GPS Kebab


I was considering adding this to the QM’s forum but I can’t find mention of it on my 1157 and I don’t have an NSN. I’m sure my Kebab GPS (formerly Bed Finder™ Mk1) was issued to me at some stage during basic training. Probably when I was being issued with an odd number of socks, olive, wool and a couple of oversized T-shirts, red, saggy neckline. My point is, does anyone know the history of this gizmo and its evolution into the hi-tech fusion of the kebab and mobile electronics industries that it is today?

My current issue 12 channel receiver with Bluetooth and chilli-sauce multi-waypoint precision route selector is a far cry from the Bed Finder™ Mk1 which safely saw me from Reading to Arborfield on my first proper night out as a trained soldier. What should have been a 2 hour beer fuelled tab back to camp turned out to be a 5 hour slog with frequent lag stops and an uncomfortable dump in some prickly bushes at the 2 and a half hour point. All for the sake of a £10 taxi fare.

Improved performance has been achieved with a little experience and in combination with the Moose Alarm (that bit of the brain that wakes you in time to do a runner from some munter’s gaff before she realises that she’s been had by the old “But I’m not like all the others” line). But is this improvement down to user competence or has the technology changed with time?

My dad (ex-scalie) had what I can only describe as a magic door key. He took this from unit to unit so I can only assume it was issued on his 1157, or someone lost the original 1033 he signed it out on. This magic key helped him find his way home from the many and varied drinking holes of West Germany (and most of NW Europe, probably). It wasn’t as accurate as our modern GPS. I know this because the key could never find the exact location of the keyhole with the precision required to open the front door. In fact, all attempts failed and my father would inevitably resort to the secret pass-phrase “Ler’us’in love. The key’s knackered again.” This was followed by incoherent mumbling and threats of violence until my mum opened the door, somehow managing to do so without unfolding her crossed arms.

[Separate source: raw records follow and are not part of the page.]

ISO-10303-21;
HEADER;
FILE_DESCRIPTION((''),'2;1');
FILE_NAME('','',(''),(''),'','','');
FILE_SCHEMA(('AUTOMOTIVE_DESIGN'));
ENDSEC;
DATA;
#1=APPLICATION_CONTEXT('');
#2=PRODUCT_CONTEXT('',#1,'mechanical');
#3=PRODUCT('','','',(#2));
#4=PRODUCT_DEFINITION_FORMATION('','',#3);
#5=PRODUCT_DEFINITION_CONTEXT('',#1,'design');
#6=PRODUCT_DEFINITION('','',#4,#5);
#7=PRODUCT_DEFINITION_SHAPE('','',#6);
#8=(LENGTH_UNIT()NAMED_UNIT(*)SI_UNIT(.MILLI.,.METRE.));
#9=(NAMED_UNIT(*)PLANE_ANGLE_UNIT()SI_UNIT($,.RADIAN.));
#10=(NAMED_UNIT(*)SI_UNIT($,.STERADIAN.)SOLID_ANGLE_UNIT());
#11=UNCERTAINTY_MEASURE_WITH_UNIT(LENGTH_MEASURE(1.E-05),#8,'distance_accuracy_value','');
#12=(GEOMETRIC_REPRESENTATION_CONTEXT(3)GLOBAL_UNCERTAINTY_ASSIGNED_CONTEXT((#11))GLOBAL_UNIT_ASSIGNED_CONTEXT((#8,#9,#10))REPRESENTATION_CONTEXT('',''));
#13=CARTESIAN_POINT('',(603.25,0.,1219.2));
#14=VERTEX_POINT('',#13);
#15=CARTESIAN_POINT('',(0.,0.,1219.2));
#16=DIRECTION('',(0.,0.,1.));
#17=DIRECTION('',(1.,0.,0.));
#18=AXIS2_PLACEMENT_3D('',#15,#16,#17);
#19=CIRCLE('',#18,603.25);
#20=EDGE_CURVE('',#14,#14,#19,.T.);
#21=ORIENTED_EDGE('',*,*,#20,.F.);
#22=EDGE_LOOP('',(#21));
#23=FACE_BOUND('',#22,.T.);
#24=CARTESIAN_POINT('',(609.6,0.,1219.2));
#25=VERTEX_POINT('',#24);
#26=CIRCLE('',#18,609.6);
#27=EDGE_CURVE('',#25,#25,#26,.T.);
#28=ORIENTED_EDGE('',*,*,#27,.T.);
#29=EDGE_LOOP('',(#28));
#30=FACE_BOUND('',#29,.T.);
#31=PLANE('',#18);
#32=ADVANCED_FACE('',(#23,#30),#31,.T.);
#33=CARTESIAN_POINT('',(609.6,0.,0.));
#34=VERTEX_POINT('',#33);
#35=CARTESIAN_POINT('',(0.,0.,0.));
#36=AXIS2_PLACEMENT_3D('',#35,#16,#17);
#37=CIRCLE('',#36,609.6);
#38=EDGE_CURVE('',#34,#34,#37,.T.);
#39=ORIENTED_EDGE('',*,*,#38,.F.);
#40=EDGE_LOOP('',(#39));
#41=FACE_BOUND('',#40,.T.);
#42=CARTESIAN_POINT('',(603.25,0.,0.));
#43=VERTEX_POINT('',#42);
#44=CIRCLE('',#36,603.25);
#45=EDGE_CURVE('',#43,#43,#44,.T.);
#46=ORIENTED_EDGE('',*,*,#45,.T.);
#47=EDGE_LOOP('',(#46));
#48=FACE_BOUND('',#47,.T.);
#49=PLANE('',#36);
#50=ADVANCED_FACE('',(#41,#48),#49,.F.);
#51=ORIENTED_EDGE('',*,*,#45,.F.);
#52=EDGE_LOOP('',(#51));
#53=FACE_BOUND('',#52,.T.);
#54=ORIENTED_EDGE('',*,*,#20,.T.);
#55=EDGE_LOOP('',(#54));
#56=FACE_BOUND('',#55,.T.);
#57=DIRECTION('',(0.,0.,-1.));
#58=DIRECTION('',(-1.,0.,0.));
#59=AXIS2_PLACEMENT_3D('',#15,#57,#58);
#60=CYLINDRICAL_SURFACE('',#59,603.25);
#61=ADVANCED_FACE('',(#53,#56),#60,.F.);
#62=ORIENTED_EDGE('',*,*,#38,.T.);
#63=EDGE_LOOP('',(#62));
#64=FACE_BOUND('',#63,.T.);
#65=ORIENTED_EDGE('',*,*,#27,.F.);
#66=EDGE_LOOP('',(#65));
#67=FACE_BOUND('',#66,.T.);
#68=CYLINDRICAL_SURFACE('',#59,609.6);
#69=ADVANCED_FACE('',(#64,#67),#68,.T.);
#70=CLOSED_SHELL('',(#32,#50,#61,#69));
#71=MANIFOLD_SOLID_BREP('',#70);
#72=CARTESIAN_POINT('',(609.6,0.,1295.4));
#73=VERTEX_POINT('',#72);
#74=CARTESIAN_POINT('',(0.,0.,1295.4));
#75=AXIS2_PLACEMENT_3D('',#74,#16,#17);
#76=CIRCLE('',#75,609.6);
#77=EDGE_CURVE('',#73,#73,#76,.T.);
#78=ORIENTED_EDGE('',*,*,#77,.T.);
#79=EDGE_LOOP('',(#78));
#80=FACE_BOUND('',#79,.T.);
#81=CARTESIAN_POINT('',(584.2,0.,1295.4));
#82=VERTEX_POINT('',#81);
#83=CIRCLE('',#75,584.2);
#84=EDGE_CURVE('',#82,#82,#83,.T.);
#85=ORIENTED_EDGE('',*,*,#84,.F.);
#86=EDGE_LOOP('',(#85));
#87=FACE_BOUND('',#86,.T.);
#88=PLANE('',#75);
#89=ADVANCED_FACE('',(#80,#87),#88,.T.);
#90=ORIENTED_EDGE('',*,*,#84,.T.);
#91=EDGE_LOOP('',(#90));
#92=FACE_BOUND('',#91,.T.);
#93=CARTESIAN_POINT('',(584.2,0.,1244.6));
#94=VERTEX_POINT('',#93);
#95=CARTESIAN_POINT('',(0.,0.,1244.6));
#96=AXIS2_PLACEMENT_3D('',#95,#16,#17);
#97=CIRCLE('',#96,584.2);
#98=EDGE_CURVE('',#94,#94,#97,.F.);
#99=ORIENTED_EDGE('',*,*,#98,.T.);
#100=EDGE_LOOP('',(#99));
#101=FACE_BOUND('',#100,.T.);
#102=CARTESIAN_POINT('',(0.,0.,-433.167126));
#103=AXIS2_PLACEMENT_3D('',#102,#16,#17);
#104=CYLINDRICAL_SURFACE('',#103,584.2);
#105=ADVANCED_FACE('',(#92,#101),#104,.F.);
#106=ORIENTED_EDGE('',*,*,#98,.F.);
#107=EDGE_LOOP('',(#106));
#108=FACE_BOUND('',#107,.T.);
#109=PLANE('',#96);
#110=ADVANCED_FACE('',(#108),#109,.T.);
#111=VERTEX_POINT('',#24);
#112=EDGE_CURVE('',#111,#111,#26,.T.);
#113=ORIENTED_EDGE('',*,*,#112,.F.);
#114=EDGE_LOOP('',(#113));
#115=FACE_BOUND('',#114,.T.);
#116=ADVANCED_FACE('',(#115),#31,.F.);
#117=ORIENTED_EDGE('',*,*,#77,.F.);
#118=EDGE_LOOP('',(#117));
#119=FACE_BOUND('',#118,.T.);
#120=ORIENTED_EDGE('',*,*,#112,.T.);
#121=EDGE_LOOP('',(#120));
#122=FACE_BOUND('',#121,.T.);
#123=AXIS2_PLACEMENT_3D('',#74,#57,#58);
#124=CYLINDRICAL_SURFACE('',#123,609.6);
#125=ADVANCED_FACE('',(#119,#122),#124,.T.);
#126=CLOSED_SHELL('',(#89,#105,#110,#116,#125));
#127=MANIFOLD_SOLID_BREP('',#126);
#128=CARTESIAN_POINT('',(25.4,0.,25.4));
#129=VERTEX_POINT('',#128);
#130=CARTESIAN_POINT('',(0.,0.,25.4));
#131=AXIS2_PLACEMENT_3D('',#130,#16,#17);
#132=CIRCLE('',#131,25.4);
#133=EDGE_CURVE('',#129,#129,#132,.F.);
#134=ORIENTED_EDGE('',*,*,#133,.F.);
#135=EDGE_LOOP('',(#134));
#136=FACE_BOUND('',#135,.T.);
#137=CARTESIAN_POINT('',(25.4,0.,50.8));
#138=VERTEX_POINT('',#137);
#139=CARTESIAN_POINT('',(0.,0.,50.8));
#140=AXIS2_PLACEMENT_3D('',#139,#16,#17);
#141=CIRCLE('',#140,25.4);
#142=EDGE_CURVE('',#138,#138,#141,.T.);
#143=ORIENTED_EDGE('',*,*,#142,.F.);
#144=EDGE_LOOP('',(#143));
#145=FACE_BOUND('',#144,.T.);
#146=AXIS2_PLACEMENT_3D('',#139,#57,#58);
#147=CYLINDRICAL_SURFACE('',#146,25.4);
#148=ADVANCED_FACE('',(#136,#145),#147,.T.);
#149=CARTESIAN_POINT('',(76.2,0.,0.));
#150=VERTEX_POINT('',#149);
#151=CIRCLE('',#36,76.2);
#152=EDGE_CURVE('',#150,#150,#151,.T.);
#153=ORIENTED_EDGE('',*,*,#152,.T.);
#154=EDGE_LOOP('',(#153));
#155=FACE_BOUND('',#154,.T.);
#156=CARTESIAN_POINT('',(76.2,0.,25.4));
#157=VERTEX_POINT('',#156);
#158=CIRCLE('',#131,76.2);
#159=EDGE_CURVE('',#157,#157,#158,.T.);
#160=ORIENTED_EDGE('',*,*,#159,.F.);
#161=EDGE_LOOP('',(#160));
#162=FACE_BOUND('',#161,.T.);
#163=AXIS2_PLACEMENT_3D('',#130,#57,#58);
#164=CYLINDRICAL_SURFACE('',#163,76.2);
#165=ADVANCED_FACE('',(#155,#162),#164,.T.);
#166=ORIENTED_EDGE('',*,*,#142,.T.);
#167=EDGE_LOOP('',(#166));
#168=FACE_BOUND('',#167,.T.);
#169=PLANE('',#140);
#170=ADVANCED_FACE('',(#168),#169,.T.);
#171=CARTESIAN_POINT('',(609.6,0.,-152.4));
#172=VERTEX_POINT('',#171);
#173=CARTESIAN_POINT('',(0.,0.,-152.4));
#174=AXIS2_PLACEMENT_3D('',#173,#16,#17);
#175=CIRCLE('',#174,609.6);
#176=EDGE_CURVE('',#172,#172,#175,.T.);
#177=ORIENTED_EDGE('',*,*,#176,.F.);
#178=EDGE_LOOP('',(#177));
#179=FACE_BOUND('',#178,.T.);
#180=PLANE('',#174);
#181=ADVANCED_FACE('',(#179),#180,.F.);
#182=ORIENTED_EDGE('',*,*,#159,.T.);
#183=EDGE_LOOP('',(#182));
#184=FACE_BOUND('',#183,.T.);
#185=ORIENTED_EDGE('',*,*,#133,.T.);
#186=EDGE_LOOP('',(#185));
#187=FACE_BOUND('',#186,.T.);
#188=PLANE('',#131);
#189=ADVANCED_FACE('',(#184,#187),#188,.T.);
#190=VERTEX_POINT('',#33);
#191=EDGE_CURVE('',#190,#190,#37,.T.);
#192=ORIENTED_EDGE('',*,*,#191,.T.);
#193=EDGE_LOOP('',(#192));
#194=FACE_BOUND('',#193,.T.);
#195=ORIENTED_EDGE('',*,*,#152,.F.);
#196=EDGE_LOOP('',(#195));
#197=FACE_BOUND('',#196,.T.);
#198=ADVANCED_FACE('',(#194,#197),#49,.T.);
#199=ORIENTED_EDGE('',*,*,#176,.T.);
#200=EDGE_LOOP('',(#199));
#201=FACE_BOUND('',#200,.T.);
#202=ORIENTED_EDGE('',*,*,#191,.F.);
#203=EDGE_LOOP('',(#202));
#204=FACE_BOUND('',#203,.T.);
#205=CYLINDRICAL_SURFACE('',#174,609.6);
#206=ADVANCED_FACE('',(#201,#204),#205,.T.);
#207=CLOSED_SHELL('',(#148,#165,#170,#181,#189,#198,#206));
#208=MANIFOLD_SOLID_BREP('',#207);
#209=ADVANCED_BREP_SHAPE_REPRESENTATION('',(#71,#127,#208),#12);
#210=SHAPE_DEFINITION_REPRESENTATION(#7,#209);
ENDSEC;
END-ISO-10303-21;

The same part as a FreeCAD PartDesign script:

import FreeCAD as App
import Part
import Sketcher
from FreeCAD import Vector
Q = App.Units.Quantity

doc = App.newDocument("Part")
params = doc.addObject("Spreadsheet::Sheet", "Params")
for row, (alias, value) in enumerate([
    ("sketch1_diameter", "48 in"),
    ("pad1_length", "6 in"),
    ("sketch2_diameter", "6 in"),
    ("sketch2_diameter2", "2 in"),
    ("pad2_length", "1 in"),
    ("sketch3_diameter", "2 in"),
    ("pad3_length", "2 in"),
    ("sketch4_diameter", "48 in"),
    ("sketch4_diameter2", "47.5 in"),
    ("pad4_length", "48 in"),
    ("sketch5_diameter", "48 in"),
    ("pad5_length", "3 in"),
    ("sketch6_diameter", "46 in"),
    ("pocket1_length", "2 in"),
], start=1):
    params.set(f"A{row}", alias)
    params.set(f"B{row}", "=" + value)
    params.setAlias(f"B{row}", alias)

body = doc.addObject("PartDesign::Body", "Body")

# Sketch on XY plane
sketch1 = doc.addObject("Sketcher::SketchObject", "Sketch")
body.addObject(sketch1)
sketch1.AttachmentSupport = (doc.XY_Plane, [""])
sketch1.MapMode = "FlatFace"
sketch1.addGeometry(Part.Circle(Vector(0, 0, 0), Vector(0, 0, 1), 609.6), False)
sketch1.addConstraint([
    Sketcher.Constraint("Coincident", 0, 3, -1, 1),
    Sketcher.Constraint("Diameter", 0, Q("48 in")),
])
sketch1.setExpression("Constraints[1]", "Params.sketch1_diameter")
pad1 = doc.addObject("PartDesign::Pad", "Pad")
body.addObject(pad1)
pad1.Profile = sketch1
pad1.setExpression("Length", "Params.pad1_length")
pad1.Reversed = True

# Sketch on XY plane
sketch2 = doc.addObject("Sketcher::SketchObject", "Sketch001")
body.addObject(sketch2)
sketch2.AttachmentSupport = (doc.XY_Plane, [""])
sketch2.MapMode = "FlatFace"
sketch2.addGeometry([
    Part.Circle(Vector(0, 0, 0), Vector(0, 0, 1), 76.2),
    Part.Circle(Vector(0, 0, 0), Vector(0, 0, 1), 25.4),
], False)
sketch2.addConstraint([
    Sketcher.Constraint("Coincident", 0, 3, -1, 1),
    Sketcher.Constraint("Coincident", 1, 3, -1, 1),
    Sketcher.Constraint("Diameter", 0, Q("6 in")),
    Sketcher.Constraint("Diameter", 1, Q("2 in")),
])
sketch2.setExpression("Constraints[2]", "Params.sketch2_diameter")
sketch2.setExpression("Constraints[3]", "Params.sketch2_diameter2")
pad2 = doc.addObject("PartDesign::Pad", "Pad001")
body.addObject(pad2)
pad2.Profile = sketch2
pad2.setExpression("Length", "Params.pad2_length")

# Sketch on XY plane
sketch3 = doc.addObject("Sketcher::SketchObject", "Sketch002")
body.addObject(sketch3)
sketch3.AttachmentSupport = (doc.XY_Plane, [""])
sketch3.MapMode = "FlatFace"
sketch3.addGeometry(Part.Circle(Vector(0, 0, 0), Vector(0, 0, 1), 25.4), False)
sketch3.addConstraint([
    Sketcher.Constraint("Coincident", 0, 3, -1, 1),
    Sketcher.Constraint("Diameter", 0, Q("2 in")),
])
sketch3.setExpression("Constraints[1]", "Params.sketch3_diameter")
pad3 = doc.addObject("PartDesign::Pad", "Pad002")
body.addObject(pad3)
pad3.Profile = sketch3
pad3.setExpression("Length", "Params.pad3_length")
body2 = doc.addObject("PartDesign::Body", "Body001")

# Sketch on XY plane
sketch4 = doc.addObject("Sketcher::SketchObject", "Sketch003")
body2.addObject(sketch4)
sketch4.AttachmentSupport = (doc.getObject("XY_Plane001"), [""])
sketch4.MapMode = "FlatFace"
sketch4.addGeometry([
    Part.Circle(Vector(0, 0, 0), Vector(0, 0, 1), 609.6),
    Part.Circle(Vector(0, 0, 0), Vector(0, 0, 1), 603.25),
], False)
sketch4.addConstraint([
    Sketcher.Constraint("Coincident", 0, 3, -1, 1),
    Sketcher.Constraint("Coincident", 1, 3, -1, 1),
    Sketcher.Constraint("Diameter", 0, Q("48 in")),
    Sketcher.Constraint("Diameter", 1, Q("47.5 in")),
])
sketch4.setExpression("Constraints[2]", "Params.sketch4_diameter")
sketch4.setExpression("Constraints[3]", "Params.sketch4_diameter2")
pad4 = doc.addObject("PartDesign::Pad", "Pad003")
body2.addObject(pad4)
pad4.Profile = sketch4
pad4.setExpression("Length", "Params.pad4_length")
body3 = doc.addObject("PartDesign::Body", "Body002")

# Sketch on XY plane
sketch5 = doc.addObject("Sketcher::SketchObject", "Sketch004")
body3.addObject(sketch5)
sketch5.AttachmentSupport = (doc.getObject("XY_Plane002"), [""])
sketch5.MapMode = "FlatFace"
sketch5.AttachmentOffset = App.Placement(Vector(0, 0, 48 * 25.4), App.Rotation())
sketch5.addGeometry(Part.Circle(Vector(0, 0, 0), Vector(0, 0, 1), 609.6), False)
sketch5.addConstraint([
    Sketcher.Constraint("Coincident", 0, 3, -1, 1),
    Sketcher.Constraint("Diameter", 0, Q("48 in")),
])
sketch5.setExpression("Constraints[1]", "Params.sketch5_diameter")
pad5 = doc.addObject("PartDesign::Pad", "Pad004")
body3.addObject(pad5)
pad5.Profile = sketch5
pad5.setExpression("Length", "Params.pad5_length")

I'm curious, is this phenomenon unique among British soldiers or is it common throughout all three services (or indeed other armies/forces/civvies of the world)?

Does anyone know the history of development any further back than late twentieth century or is this just a skill that one absorbs sub-consciously from the old and bold? I'm sure Riddley Scott hinted towards it in the film 'Gladiator' when Russell Crowe made it from RFG (Roman Forces Germania) to one of the Spanish Costas in a right state.

Finally, does anyone really give two shits? Would I get a better response waffling about arran sweaters and moisturiser?